Muitas das críticas, em especial as que, vindas do campo da esquerda denunciam ações tíbias (ou mesmo nocivas) de seu governo contra os povos indígenas ou com relação ao processo de demarcação de terras – nunca engoli Kátia Abreu, por ex! -, sempre foram bem acolhidas por mim, concordando com elas no essencial. Penso que o apoio ao governo Lula, assim como todo apoio que se possa dar a qualquer governo, nunca pode ser incondicional e acrítico, sob pena da perda total da capacidade de análise conjuntural, vital para a proposição de caminhos em direção ao modelo de Estado e de sociedade que queremos.

Com relação às críticas vindas do espectro conservador, em que a extrema direita vem ganhando (e ganhou) projeções inimagináveis e verdadeiramente atemorizadoras, tenho direcionado de forma incisiva minha modesta militância cotidiana que, tenho consciência, não alcança mais do que umas poucas centenas de pessoas. Mas mesmo neste plano, tenho buscado me ater ao fundamental – reforma da previdência, retirada de direitos dos trabalhadores, dilapidação do patrimônio nacional e perda da soberania -, afastando-me cada vez mais, e evitando montar palco para as sandices vomitadas cotidianamente, venham de bolsomínios, de Olavo de Carvalho, Damares, Ernesto Araújo ou da própria gangue familiar de milicianos que se instalou no poder.

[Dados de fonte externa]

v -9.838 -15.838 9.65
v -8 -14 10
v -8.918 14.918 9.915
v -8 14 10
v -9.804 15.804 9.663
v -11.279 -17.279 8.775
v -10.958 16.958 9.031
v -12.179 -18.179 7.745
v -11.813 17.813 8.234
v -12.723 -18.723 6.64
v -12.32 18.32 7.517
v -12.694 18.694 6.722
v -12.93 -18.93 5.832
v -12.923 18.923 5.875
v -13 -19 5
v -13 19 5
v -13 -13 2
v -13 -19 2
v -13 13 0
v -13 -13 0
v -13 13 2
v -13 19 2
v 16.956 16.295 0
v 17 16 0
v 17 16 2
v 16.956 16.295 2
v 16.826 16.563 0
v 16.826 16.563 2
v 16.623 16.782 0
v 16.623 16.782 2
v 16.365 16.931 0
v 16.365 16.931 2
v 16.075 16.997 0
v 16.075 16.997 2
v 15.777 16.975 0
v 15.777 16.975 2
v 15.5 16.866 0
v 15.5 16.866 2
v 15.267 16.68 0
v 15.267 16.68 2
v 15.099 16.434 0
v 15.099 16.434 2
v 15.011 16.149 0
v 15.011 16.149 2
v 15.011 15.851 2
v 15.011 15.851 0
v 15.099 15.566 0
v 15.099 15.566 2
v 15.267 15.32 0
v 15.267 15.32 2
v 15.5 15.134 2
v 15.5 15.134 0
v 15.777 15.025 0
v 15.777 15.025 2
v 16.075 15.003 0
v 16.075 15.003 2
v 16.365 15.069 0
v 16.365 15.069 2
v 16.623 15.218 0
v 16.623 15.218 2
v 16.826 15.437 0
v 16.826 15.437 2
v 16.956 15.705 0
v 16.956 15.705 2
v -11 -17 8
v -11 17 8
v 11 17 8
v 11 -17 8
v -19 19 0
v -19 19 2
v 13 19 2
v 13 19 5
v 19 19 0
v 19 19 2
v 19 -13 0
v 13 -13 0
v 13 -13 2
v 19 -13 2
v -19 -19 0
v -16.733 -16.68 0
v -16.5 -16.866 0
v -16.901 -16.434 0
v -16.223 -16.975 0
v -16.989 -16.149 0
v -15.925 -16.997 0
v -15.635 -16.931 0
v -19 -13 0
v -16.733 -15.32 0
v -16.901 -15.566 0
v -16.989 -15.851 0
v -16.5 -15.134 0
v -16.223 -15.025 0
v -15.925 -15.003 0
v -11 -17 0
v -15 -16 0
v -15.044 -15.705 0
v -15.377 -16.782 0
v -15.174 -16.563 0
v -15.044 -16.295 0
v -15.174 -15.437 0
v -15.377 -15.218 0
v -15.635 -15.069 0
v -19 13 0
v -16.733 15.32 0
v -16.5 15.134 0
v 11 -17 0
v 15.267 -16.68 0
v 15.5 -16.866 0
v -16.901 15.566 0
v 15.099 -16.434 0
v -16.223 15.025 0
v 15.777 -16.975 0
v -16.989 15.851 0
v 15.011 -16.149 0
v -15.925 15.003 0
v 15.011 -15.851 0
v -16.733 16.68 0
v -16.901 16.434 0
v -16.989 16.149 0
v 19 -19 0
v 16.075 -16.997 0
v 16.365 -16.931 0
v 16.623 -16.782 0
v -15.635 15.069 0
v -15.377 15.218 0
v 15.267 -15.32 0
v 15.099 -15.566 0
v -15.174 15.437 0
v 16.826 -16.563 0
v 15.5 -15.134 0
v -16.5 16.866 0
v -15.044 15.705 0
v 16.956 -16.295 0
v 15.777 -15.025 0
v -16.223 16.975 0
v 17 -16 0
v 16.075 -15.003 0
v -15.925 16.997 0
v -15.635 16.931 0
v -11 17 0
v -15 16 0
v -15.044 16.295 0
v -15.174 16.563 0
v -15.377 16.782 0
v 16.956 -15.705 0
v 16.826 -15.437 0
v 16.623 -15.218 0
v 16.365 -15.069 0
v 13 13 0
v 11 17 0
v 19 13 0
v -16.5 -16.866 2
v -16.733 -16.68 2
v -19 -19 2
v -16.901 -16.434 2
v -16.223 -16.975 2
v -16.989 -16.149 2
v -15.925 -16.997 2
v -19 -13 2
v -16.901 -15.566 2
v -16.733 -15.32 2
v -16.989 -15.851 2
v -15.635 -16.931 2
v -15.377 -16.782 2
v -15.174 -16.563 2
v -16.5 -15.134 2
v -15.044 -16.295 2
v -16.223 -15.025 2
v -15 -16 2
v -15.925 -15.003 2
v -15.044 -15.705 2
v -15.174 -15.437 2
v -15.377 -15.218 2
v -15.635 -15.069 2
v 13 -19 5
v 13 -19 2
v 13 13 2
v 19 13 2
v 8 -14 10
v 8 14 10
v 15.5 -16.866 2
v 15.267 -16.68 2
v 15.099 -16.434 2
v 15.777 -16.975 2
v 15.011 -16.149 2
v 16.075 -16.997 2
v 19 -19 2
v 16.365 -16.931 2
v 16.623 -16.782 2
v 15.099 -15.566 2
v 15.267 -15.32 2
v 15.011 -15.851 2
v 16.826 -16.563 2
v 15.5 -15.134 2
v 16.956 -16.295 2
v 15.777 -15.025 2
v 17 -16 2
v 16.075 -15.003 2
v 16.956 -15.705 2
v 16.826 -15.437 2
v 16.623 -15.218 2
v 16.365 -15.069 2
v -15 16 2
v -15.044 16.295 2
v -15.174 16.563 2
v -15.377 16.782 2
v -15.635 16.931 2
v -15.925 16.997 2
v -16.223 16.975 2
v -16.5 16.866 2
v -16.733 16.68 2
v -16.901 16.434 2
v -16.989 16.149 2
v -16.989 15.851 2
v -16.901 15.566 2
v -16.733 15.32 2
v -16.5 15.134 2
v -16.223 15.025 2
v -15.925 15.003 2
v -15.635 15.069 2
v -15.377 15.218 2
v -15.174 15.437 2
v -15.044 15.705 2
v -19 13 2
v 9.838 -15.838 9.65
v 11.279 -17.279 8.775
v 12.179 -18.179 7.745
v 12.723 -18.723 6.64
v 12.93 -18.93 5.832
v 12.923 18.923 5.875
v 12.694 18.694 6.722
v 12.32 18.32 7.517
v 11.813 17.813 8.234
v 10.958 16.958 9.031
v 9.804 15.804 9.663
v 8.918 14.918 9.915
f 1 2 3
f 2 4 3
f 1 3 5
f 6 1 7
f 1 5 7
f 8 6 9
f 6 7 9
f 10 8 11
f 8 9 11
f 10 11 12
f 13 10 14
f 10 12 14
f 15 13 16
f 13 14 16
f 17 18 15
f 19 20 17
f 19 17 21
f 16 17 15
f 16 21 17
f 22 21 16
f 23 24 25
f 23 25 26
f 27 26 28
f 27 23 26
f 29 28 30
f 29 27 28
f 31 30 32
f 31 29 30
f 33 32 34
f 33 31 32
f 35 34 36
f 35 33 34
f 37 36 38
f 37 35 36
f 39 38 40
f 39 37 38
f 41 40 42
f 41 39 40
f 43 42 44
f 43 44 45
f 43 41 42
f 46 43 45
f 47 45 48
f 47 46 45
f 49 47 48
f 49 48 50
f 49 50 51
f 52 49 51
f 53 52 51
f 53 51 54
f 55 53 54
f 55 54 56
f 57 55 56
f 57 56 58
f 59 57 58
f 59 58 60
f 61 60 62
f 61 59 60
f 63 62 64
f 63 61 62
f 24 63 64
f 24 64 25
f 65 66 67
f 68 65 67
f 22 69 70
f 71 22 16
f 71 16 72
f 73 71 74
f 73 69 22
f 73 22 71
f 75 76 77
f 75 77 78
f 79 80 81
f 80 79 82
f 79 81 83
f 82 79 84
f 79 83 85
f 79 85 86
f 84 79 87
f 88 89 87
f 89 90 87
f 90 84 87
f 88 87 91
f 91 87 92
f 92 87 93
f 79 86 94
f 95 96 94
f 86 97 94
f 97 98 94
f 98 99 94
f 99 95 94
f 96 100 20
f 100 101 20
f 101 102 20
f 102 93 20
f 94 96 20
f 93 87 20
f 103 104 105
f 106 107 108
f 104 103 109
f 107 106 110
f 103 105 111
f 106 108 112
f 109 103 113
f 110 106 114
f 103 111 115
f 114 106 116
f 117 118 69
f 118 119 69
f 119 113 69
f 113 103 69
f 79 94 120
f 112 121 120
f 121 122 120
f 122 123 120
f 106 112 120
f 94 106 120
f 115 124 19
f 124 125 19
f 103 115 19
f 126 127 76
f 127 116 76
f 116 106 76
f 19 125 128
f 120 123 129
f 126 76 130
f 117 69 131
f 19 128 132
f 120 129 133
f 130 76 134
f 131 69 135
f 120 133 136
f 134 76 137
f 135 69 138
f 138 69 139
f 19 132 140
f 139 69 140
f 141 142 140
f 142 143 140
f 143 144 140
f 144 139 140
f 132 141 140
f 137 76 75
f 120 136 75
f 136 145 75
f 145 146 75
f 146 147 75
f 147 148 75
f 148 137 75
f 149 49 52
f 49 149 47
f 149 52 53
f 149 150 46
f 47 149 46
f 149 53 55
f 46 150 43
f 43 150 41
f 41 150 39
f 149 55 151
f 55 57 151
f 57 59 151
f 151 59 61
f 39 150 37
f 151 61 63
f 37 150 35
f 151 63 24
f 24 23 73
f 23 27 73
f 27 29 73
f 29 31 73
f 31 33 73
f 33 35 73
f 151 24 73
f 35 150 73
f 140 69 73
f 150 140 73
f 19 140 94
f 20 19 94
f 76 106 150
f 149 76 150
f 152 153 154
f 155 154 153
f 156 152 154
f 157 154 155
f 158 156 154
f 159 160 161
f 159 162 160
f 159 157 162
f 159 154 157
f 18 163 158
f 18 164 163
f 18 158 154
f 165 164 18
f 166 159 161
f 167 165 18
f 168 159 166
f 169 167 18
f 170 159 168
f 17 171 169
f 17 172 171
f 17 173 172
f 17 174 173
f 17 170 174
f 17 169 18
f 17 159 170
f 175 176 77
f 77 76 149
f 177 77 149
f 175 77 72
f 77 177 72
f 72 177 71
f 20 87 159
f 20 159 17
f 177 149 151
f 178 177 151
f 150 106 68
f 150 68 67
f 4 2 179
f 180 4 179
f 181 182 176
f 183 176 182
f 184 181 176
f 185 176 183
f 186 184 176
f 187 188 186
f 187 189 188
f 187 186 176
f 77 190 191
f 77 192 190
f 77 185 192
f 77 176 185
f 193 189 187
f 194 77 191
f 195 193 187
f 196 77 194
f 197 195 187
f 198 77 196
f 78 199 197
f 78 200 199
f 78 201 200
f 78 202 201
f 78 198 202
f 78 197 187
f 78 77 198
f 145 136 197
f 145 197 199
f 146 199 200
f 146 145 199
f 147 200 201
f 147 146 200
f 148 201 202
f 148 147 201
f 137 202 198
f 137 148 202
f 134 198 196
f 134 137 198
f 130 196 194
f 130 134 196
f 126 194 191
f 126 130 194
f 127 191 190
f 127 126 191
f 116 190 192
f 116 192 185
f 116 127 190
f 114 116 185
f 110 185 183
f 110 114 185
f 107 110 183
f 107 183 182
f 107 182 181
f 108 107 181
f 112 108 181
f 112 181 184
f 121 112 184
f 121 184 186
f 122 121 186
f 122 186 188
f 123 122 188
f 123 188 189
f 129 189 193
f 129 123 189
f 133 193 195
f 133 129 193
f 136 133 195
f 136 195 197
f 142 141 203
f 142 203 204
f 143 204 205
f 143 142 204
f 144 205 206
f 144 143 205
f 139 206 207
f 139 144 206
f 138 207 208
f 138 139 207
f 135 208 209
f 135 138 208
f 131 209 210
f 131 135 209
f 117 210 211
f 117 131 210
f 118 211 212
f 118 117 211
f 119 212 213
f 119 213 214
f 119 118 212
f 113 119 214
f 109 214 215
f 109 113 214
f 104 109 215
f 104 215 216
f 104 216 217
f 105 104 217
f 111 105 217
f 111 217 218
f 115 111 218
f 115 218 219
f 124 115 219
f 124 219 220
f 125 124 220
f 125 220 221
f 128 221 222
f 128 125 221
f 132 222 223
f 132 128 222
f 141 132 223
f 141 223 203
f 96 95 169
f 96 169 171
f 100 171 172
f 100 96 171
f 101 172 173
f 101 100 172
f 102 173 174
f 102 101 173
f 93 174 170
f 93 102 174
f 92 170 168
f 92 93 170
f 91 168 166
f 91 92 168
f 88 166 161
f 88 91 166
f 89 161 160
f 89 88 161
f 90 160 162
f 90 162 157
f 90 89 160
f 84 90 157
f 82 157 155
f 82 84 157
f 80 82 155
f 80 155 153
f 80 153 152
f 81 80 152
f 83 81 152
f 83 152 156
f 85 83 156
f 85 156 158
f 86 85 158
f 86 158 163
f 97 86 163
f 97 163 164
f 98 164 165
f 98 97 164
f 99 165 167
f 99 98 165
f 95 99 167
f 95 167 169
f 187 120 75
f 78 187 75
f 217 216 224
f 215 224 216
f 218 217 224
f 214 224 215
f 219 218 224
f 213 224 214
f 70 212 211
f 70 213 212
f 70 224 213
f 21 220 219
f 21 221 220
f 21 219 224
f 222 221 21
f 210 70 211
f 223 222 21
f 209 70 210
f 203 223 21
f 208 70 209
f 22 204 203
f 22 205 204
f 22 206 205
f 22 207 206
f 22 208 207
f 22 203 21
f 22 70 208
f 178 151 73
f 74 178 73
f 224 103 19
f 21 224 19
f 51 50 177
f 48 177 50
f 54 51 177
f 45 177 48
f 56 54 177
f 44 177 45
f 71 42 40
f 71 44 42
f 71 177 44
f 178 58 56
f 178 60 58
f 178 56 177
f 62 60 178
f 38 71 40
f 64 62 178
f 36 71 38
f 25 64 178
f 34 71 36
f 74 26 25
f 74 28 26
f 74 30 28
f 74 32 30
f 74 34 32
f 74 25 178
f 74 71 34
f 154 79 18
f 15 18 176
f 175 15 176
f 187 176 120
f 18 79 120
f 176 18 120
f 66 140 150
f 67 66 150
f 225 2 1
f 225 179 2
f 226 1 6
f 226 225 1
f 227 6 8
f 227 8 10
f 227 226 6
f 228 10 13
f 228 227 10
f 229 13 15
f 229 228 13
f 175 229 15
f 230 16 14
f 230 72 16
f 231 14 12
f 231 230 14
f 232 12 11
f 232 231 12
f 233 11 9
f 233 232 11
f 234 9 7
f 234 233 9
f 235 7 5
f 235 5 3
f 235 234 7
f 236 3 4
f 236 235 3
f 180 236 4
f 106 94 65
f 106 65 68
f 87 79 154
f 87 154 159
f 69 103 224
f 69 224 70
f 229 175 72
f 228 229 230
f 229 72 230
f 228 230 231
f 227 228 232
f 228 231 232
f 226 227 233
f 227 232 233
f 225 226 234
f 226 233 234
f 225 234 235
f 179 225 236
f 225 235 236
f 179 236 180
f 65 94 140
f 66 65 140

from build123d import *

# Parameters (mm, degrees)
SKETCH_1_W          = 26
SKETCH_1_H          = 38
EXTRUDE_1_DEPTH     = 10
SKETCH_2_W          = 22
SKETCH_2_H          = 34
CUT_EXTRUDE_1_DEPTH = 8
SKETCH_4_W          = 6
SKETCH_4_H          = 6
EXTRUDE_2_DEPTH     = 2
SKETCH_5_R          = 1
CUT_EXTRUDE_4_DEPTH = 2
FILLET_1_R          = 5


with BuildPart() as part:
    # ｽｹｯﾁ1 → ﾎﾞｽ - 押し出し1 (new body)
    with BuildSketch(Plane.XY):
        Rectangle(SKETCH_1_W, SKETCH_1_H)
    extrude(amount=EXTRUDE_1_DEPTH)

    # ｽｹｯﾁ2 → ｶｯﾄ - 押し出し1 (cut)
    with BuildSketch(Plane.XY):
        Rectangle(SKETCH_2_W, SKETCH_2_H)
    extrude(amount=CUT_EXTRUDE_1_DEPTH, mode=Mode.SUBTRACT)

    # ｽｹｯﾁ4 → ﾎﾞｽ - 押し出し2 (add)
    with BuildSketch(Plane.XY):
        with Locations((16, 16)):
            Rectangle(SKETCH_4_W, SKETCH_4_H)
        with Locations((16, -16)):
            Rectangle(SKETCH_4_W, SKETCH_4_H)
        with Locations((-16, -16)):
            Rectangle(SKETCH_4_W, SKETCH_4_H)
        with Locations((-16, 16)):
            Rectangle(SKETCH_4_W, SKETCH_4_H)
    extrude(amount=EXTRUDE_2_DEPTH)

    # ｽｹｯﾁ5 → ｶｯﾄ - 押し出し4 (cut)
    with BuildSketch(Plane.XY):
        with Locations((-16, 16)):
            Circle(SKETCH_5_R)
        with Locations((-16, -16)):
            Circle(SKETCH_5_R)
        with Locations((16, -16)):
            Circle(SKETCH_5_R)
        with Locations((16, 16)):
            Circle(SKETCH_5_R)
    extrude(amount=CUT_EXTRUDE_4_DEPTH, mode=Mode.SUBTRACT)

    # ﾌｨﾚｯﾄ1
    fillet_1_edges = [part.edges().sort_by_distance(p)[0] for p in [
        (0, 19, 10),
        (0, -19, 10),
        (13, 0, 10),
        (-13, 0, 10),
    ]]
    fillet(fillet_1_edges, radius=FILLET_1_R)


solid = part.part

Não vou dizer que nada me incomoda nas críticas à Lula, pois estaria mentindo. Me incomodo não com a crítica que vem de pessoas progressistas à Lula, mesmo quando ela se faz – continua a ser feita ainda hoje – em meio à sua esdrúxula condenação, mas com o silêncio – profundo e abissal em alguns casos -, pelas mesmas pessoas, aos atores centrais do processo de fechamento político que tem causado o enraizamento do fascismo em muitas instituições do Estado e seu avanço no meio social.

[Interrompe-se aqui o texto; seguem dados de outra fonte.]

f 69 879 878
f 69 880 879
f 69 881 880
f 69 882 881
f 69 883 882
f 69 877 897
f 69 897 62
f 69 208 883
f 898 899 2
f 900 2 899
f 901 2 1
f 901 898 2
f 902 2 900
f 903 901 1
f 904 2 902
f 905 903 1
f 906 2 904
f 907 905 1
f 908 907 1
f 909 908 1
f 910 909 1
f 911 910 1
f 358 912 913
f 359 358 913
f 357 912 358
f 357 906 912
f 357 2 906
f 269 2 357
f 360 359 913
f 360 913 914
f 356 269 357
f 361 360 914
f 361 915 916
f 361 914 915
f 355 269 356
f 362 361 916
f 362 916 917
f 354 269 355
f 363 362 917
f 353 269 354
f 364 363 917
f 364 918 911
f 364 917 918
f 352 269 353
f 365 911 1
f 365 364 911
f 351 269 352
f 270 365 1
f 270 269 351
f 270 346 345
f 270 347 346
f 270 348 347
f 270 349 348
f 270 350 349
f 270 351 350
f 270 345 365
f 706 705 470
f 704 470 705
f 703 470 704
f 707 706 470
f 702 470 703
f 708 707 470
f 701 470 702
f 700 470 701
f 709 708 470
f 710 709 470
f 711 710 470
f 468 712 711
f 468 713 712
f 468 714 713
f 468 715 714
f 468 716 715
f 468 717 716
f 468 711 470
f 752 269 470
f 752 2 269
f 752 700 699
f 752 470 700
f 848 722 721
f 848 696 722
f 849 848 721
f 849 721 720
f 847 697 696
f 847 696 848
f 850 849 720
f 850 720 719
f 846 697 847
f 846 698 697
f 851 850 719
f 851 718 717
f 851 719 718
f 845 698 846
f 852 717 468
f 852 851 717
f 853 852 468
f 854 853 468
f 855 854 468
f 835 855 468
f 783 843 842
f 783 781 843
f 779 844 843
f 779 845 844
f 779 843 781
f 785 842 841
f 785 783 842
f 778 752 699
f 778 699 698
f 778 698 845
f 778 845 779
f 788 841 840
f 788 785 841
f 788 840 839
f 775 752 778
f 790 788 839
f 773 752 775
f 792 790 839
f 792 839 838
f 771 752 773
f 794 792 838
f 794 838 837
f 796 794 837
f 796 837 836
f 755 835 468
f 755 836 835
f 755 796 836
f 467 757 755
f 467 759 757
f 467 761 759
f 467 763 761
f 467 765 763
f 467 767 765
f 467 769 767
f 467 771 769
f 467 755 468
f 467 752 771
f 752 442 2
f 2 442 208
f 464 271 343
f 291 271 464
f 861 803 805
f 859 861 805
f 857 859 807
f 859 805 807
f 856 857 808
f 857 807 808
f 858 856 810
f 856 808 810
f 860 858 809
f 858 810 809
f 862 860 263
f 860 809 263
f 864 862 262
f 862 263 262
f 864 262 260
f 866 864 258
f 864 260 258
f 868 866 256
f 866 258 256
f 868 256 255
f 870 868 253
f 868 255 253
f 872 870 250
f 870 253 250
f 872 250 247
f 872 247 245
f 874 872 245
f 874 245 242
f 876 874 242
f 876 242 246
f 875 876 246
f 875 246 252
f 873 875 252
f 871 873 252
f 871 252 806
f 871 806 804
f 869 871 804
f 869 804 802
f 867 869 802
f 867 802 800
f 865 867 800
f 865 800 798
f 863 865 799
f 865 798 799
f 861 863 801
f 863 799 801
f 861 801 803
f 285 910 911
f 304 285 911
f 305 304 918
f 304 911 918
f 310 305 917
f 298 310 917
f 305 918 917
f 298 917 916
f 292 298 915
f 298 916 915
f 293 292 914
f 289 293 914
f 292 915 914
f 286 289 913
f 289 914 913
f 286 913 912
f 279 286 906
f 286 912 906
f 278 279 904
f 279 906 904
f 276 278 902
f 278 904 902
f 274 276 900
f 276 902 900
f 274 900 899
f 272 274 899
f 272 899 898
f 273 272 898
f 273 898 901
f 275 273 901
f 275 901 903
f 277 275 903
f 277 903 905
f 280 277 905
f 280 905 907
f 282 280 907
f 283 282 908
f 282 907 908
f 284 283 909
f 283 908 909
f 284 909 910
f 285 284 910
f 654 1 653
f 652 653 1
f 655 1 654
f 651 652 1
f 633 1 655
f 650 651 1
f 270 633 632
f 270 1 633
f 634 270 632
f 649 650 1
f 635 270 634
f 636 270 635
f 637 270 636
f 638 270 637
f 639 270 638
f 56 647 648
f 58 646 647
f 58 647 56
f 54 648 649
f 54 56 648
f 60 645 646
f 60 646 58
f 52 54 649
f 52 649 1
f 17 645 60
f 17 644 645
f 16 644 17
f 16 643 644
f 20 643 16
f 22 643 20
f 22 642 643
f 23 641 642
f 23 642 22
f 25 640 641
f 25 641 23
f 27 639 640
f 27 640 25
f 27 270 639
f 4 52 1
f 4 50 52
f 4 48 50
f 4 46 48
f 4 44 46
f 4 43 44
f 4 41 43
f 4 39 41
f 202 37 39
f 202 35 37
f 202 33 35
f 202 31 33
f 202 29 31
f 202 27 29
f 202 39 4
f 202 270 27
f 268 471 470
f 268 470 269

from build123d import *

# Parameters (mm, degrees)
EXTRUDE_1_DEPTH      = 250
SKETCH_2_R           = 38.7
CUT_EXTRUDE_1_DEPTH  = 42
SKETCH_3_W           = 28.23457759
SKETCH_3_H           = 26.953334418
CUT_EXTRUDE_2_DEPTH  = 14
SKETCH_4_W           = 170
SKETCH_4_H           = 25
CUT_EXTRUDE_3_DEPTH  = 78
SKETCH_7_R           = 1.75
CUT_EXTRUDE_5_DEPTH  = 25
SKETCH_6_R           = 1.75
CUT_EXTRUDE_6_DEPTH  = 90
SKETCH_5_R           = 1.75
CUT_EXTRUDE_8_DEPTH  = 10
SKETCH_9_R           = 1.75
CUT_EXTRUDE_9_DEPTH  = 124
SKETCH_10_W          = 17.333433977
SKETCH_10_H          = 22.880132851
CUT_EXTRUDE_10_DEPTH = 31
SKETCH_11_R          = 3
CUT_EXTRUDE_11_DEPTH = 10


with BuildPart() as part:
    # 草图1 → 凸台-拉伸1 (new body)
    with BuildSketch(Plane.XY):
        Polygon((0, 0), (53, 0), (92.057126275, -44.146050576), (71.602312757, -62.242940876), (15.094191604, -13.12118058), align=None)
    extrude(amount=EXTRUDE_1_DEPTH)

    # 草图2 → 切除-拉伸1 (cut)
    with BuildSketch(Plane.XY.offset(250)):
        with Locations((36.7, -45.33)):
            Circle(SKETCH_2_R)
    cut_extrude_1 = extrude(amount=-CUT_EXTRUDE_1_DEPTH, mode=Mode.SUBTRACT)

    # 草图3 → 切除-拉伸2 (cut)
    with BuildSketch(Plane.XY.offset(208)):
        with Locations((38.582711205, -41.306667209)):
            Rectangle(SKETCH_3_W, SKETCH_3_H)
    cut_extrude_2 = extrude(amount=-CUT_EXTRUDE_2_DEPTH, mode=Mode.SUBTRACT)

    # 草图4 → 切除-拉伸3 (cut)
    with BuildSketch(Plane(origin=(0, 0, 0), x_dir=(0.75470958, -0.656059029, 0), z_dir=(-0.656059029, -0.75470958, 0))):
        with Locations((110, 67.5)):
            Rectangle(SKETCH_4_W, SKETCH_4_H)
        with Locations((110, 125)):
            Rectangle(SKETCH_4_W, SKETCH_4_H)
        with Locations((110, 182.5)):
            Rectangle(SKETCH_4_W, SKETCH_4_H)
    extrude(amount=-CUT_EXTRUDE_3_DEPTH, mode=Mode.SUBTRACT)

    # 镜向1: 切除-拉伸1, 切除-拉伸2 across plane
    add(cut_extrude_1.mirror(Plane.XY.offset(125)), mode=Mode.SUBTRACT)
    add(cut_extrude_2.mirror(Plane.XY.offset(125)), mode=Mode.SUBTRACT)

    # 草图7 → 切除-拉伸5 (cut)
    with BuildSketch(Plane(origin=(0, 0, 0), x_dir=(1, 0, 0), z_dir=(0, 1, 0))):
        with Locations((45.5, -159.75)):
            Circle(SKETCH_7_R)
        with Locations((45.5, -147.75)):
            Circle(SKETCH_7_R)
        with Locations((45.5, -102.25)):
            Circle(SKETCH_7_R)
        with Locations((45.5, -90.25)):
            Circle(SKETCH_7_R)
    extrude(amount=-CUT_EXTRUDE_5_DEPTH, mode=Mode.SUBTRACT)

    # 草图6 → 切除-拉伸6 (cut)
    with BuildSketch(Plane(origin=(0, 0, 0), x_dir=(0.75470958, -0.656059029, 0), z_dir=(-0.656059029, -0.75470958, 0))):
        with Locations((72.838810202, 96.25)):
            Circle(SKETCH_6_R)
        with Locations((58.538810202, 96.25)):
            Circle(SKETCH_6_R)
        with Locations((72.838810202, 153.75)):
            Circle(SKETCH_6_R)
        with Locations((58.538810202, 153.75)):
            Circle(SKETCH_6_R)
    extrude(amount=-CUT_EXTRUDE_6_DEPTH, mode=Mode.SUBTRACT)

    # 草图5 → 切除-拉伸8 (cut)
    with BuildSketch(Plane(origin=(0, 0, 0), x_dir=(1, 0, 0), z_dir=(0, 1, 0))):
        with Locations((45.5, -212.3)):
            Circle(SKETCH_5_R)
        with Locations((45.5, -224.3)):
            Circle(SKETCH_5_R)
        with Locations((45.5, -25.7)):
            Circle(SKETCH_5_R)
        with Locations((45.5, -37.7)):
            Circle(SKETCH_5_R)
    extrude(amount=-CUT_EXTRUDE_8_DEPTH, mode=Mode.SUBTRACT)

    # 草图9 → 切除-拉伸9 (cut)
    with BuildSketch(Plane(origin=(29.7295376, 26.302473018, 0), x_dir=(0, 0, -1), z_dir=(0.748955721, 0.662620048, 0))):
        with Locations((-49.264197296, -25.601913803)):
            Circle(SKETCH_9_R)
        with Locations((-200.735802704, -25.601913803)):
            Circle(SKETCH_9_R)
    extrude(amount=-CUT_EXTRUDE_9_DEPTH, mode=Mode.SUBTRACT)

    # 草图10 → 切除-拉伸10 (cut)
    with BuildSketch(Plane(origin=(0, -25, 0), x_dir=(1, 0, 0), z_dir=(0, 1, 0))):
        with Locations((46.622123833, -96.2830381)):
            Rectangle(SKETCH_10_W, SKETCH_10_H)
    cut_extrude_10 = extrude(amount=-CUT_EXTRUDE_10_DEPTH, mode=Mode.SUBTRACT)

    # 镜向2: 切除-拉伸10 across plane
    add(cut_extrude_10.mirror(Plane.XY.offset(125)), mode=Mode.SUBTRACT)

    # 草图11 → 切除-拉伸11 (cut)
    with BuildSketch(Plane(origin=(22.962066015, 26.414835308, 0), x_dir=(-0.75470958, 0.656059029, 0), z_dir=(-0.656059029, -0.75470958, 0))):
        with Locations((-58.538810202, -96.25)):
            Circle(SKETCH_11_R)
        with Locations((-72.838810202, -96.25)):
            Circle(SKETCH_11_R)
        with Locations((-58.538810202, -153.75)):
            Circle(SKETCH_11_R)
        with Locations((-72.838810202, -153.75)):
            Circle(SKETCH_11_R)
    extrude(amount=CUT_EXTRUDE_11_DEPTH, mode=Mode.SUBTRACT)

Já tive, inclusive, o desprazer de ler em páginas de pessoas próximas e queridas, que a culpa do avanço da direita no Brasil se devia exclusivamente “ao governo corrupto de Lula e do PT”. Com igual desprazer, vi algumas dessas pessoas, projetando-se e projetadas como lideranças históricas da esquerda amazonense, entrarem nas salas de aula da universidade para pedir votos, primeiro à José Serra e depois à Aécio. Olhando as postagens dos que atuam nas redes sociais, percebo com igual espanto que jamais mencionaram qualquer coisa contra o PSDB, Aécio, Cunha, Moro, Temer ou mesmo Bolsonaro.

Frente a essas pessoas silencio por dois motivos, sendo o primeiro a plena consciência de que, não sendo melhor que ninguém, também erro e me equívoco em posições e avaliações. Em segundo lugar, silêncio em respeito tanto às suas histórias de vida, suas muitas contribuições políticas no passado, suas boas e úteis reflexões sobre outros temas e questões e também pelas relações pessoais que mantemos. Mas realmente não vejo como o tipo de postura que têm assumido nos permite, no aqui e no agora, fazer avançar as causas democráticas e reverter a desastrosa situação em que o país se encontra.

Permaneço fiel à minhas convicções e à Lula, devotando-lhe cada vez mais a admiração e respeito que passei a ter desde os meus vinte e poucos anos. Tenho um sentimento bobo de alegria em saber que temos o mesmo nome – Luís – e guardo até hoje com carinho o autógrafo que me deu – errando e rasurando esse nome (Balkar) esquisito -, durante um de seus comícios pelas “Diretas Já” em Manaus.

Ontem finalmente, depois de mais de um ano de sua kafkiana prisão e da censura que lhe impuseram os covardes algozes da democracia brasileira, sua voz poderosa, lúcida e corajosa ecoou novamente na entrevista que deu a El País e à “Falha” de São Paulo. Preciso confessar que ainda não tive condições emocionais de assistir a íntegra da sua fala, limitando-me a ver e ouvir, propositadamente, trechos curtos, mas verdadeiramente impactantes.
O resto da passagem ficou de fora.